=== Work order ===
Below are the entries. Transcribe exactly the lines from the one with "face PLANE(AX(P(0,120,-60),D(0,1,0),D(0,0,1))) [e12" through the one with "A parametric FreeCAD", ends included, and leave out all others.

Stored items from a collection
+ + +

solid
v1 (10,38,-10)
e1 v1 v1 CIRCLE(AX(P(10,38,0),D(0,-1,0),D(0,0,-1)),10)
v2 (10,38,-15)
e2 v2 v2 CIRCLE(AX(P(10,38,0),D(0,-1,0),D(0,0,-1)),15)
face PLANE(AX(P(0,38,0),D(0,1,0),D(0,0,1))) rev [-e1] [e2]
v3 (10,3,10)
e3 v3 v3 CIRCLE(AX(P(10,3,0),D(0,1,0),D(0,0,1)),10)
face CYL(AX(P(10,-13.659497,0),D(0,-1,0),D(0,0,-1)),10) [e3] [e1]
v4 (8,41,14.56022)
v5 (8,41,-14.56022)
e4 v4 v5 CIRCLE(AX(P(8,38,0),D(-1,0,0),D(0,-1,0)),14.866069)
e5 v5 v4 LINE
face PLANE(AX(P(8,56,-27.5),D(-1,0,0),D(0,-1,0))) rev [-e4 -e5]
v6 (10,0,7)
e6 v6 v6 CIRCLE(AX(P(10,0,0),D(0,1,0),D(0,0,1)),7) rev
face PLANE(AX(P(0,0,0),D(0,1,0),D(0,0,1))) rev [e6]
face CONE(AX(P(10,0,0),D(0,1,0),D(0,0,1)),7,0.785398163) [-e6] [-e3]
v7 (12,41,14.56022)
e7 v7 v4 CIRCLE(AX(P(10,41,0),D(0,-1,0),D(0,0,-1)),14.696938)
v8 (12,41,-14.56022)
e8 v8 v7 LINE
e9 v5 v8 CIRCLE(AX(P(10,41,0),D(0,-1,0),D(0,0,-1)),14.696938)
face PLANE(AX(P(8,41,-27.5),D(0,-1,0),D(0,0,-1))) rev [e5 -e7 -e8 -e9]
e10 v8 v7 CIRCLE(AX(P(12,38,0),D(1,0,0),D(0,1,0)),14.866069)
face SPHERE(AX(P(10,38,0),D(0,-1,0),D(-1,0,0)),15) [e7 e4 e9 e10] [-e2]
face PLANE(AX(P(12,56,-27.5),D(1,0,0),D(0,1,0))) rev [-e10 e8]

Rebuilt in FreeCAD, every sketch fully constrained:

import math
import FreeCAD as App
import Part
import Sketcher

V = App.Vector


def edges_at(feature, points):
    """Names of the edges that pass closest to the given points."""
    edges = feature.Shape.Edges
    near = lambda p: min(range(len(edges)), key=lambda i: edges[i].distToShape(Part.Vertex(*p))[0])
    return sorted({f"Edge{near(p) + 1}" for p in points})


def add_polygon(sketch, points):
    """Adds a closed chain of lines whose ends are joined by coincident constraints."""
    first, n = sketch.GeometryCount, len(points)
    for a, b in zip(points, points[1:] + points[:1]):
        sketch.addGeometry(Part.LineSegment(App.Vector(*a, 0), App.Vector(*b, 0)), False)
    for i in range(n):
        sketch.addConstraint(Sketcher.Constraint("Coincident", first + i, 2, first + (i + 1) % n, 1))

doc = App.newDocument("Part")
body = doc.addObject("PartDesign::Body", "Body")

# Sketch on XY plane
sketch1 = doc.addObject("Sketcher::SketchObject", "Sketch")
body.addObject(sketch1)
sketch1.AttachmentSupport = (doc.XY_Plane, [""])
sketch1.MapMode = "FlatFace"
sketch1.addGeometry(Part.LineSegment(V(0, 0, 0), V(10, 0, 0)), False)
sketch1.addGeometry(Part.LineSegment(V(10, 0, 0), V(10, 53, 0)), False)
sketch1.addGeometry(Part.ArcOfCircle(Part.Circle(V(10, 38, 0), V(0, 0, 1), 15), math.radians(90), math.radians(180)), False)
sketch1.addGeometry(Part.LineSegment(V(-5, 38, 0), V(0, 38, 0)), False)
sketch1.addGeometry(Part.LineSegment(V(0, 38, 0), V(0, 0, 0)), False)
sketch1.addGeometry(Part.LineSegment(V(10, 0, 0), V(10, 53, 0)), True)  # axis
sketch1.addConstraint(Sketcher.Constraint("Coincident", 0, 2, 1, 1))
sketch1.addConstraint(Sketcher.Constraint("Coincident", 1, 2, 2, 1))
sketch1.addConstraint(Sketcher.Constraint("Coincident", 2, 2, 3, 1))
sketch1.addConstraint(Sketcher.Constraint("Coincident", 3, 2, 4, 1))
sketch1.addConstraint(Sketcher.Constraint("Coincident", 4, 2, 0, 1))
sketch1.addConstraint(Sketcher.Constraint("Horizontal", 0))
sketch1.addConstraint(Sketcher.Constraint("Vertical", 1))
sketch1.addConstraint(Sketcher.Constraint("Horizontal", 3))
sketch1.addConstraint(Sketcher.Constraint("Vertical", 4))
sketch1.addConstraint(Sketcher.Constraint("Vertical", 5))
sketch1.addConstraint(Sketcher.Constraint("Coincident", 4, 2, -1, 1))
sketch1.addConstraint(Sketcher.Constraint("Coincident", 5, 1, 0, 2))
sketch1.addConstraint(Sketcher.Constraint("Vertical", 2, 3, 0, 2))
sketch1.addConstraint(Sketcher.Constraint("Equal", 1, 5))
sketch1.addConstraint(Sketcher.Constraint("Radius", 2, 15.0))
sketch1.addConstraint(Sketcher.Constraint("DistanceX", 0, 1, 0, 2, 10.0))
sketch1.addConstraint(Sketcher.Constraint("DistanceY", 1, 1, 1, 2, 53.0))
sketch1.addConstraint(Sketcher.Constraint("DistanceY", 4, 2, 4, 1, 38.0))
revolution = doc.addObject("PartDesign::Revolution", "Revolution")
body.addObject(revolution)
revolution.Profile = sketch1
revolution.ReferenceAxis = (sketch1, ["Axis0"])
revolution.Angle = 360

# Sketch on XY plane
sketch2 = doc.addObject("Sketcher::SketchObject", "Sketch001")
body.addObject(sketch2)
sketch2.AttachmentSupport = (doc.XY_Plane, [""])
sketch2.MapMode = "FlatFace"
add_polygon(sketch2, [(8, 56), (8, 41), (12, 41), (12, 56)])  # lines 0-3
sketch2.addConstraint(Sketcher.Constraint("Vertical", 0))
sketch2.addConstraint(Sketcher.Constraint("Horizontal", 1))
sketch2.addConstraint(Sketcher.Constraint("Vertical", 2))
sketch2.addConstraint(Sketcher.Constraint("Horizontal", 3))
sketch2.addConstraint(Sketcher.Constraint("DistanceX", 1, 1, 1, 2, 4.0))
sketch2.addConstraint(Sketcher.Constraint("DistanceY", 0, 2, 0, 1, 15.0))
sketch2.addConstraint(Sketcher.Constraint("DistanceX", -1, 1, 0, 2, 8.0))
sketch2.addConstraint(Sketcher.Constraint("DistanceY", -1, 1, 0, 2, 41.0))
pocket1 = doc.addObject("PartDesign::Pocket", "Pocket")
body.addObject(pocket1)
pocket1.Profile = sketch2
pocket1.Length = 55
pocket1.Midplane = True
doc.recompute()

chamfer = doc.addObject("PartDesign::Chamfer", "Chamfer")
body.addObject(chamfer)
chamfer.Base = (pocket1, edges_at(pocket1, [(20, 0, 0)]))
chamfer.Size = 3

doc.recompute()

+ + +

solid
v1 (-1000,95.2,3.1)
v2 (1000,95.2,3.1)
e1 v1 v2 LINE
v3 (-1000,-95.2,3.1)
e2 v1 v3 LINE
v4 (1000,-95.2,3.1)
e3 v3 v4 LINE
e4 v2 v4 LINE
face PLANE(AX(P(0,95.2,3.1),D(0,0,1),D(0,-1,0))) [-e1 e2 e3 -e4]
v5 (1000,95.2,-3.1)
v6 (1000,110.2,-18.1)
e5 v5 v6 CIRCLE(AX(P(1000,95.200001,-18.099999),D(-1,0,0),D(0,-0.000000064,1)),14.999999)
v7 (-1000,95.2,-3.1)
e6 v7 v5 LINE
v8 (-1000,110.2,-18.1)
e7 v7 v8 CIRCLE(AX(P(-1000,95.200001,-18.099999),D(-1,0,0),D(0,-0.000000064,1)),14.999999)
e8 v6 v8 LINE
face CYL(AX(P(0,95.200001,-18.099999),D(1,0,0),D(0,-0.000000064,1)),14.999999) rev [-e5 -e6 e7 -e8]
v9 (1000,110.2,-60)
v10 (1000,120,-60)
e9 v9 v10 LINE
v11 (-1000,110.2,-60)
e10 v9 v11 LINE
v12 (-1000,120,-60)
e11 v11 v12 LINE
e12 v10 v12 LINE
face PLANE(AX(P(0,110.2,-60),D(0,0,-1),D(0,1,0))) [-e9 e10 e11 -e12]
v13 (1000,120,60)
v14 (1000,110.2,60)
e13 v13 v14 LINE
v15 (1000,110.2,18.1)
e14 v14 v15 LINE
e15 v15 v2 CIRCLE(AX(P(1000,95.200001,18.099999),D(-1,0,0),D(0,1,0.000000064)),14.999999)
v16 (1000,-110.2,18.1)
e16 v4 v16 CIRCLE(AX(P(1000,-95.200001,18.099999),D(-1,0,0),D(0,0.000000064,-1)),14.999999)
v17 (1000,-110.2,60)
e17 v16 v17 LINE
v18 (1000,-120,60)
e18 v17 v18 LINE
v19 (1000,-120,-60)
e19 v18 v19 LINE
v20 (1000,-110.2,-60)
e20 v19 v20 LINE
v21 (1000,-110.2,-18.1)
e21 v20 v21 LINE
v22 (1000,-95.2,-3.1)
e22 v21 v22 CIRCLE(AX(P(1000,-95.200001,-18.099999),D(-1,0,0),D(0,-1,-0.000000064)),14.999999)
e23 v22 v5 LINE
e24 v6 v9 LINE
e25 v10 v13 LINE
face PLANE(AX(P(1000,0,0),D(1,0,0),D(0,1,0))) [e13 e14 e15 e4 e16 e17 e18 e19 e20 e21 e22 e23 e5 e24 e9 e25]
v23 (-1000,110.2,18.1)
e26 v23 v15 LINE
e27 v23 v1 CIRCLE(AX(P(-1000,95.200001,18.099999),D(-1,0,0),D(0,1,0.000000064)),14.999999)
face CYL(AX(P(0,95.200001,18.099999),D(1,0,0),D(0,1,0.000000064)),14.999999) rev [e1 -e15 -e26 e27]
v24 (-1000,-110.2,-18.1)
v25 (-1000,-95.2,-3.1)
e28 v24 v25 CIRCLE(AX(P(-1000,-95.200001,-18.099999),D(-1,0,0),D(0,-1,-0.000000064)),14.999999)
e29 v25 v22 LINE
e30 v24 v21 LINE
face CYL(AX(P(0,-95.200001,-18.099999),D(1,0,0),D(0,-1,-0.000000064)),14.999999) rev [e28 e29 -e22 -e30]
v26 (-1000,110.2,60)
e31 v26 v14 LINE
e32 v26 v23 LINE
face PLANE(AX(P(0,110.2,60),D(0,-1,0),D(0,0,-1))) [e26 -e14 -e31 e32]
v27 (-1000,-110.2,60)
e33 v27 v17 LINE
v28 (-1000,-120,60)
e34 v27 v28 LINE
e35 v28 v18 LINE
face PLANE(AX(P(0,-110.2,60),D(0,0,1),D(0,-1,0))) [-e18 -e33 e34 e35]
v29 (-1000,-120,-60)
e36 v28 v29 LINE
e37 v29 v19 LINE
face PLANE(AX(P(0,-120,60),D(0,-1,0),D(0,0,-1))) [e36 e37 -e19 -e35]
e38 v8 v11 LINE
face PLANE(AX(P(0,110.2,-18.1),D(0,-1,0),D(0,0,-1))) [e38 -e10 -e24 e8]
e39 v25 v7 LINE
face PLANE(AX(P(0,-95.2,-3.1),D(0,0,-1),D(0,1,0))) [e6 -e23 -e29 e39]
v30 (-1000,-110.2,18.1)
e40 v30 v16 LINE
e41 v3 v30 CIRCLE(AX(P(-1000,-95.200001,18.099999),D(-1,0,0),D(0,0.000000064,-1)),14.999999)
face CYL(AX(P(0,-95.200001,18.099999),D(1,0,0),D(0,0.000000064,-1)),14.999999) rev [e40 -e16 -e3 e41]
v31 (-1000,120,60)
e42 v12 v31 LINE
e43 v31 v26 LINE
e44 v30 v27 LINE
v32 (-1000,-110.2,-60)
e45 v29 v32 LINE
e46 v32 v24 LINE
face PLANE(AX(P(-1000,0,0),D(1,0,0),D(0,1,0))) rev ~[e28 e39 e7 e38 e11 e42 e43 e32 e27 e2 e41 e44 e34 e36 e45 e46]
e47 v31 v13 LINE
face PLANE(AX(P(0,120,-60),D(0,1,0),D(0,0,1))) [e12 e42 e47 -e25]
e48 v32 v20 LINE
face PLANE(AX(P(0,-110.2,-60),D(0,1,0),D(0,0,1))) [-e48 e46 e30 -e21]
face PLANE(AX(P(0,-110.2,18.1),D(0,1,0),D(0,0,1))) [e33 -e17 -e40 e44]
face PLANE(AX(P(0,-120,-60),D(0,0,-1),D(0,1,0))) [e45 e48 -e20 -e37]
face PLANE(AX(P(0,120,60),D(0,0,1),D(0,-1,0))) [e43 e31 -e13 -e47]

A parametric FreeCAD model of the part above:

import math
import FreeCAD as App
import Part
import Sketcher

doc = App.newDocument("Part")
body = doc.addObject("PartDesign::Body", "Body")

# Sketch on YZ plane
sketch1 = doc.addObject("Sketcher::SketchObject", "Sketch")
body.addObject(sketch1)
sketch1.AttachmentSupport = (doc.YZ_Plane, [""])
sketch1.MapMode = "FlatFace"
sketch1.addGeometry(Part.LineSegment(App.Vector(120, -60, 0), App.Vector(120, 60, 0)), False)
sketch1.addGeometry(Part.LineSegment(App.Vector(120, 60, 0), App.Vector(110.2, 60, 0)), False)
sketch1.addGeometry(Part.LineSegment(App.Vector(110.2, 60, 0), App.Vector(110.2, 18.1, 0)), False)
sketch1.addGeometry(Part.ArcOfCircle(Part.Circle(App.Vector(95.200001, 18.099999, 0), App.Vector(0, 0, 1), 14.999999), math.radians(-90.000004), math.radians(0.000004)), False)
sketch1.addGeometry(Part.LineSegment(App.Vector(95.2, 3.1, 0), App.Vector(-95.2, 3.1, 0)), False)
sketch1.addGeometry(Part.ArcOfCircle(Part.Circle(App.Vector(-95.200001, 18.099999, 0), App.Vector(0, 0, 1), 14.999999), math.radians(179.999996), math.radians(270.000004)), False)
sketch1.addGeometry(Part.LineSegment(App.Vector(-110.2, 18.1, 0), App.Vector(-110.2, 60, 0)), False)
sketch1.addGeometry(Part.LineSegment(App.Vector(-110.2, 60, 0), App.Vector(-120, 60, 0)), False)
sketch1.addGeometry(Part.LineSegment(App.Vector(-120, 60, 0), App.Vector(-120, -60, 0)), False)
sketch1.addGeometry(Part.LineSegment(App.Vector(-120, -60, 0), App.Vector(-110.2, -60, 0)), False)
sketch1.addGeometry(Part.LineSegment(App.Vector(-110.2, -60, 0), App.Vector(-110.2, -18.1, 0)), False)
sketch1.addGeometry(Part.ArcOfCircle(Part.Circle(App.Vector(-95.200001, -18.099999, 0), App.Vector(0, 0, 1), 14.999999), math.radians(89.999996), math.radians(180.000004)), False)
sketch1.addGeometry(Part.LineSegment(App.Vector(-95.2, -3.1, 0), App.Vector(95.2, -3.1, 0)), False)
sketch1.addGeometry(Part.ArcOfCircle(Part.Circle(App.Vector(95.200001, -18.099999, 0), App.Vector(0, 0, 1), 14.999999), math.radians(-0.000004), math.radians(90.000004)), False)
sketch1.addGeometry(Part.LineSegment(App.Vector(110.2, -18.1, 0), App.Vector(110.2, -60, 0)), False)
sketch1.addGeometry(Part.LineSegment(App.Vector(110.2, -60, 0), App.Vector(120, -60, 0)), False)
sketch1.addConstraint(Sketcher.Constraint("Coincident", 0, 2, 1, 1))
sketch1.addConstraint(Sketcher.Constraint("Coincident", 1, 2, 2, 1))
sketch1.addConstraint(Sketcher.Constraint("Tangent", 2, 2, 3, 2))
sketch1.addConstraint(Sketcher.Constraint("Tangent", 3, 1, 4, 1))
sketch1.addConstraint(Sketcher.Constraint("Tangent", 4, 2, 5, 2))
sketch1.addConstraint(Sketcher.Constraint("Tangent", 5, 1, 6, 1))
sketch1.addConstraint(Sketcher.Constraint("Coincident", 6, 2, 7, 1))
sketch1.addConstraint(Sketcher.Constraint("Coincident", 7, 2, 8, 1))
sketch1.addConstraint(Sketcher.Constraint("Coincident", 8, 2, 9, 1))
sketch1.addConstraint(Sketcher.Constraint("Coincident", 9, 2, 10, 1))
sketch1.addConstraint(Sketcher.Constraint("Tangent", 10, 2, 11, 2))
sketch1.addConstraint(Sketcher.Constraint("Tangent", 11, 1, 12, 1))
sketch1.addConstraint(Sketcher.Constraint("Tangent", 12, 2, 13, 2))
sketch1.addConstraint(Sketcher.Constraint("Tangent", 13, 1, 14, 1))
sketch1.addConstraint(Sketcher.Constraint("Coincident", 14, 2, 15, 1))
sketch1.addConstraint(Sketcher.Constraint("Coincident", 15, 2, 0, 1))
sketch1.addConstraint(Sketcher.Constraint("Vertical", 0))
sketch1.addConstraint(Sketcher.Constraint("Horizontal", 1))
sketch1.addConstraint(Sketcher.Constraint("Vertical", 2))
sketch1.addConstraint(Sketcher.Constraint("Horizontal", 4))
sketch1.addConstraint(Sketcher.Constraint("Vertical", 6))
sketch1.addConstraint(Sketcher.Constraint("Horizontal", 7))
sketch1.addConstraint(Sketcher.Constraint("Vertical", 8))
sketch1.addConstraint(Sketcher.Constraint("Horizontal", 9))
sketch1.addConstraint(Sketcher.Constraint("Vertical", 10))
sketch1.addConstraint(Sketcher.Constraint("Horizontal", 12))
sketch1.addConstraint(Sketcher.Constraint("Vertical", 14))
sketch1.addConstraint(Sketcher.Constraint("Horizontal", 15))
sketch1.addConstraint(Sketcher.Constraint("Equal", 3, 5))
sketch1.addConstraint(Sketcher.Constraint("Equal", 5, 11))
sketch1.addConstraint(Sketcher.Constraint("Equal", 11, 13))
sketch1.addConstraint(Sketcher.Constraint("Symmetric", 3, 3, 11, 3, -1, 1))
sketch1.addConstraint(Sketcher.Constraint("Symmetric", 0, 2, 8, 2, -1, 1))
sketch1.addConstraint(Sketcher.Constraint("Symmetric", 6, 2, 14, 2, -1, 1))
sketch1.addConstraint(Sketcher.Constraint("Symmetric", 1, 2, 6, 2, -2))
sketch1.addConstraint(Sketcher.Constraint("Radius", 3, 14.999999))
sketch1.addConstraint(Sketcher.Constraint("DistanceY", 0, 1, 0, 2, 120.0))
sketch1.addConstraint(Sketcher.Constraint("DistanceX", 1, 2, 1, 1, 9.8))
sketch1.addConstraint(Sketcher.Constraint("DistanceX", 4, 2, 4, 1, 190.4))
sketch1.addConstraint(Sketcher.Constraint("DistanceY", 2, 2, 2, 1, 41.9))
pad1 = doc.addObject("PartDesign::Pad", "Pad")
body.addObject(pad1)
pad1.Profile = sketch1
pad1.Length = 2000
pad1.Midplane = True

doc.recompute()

+ + +

=== Task solution ===
face PLANE(AX(P(0,120,-60),D(0,1,0),D(0,0,1))) [e12 e42 e47 -e25]
e48 v32 v20 LINE
face PLANE(AX(P(0,-110.2,-60),D(0,1,0),D(0,0,1))) [-e48 e46 e30 -e21]
face PLANE(AX(P(0,-110.2,18.1),D(0,1,0),D(0,0,1))) [e33 -e17 -e40 e44]
face PLANE(AX(P(0,-120,-60),D(0,0,-1),D(0,1,0))) [e45 e48 -e20 -e37]
face PLANE(AX(P(0,120,60),D(0,0,1),D(0,-1,0))) [e43 e31 -e13 -e47]

A parametric FreeCAD model of the part above:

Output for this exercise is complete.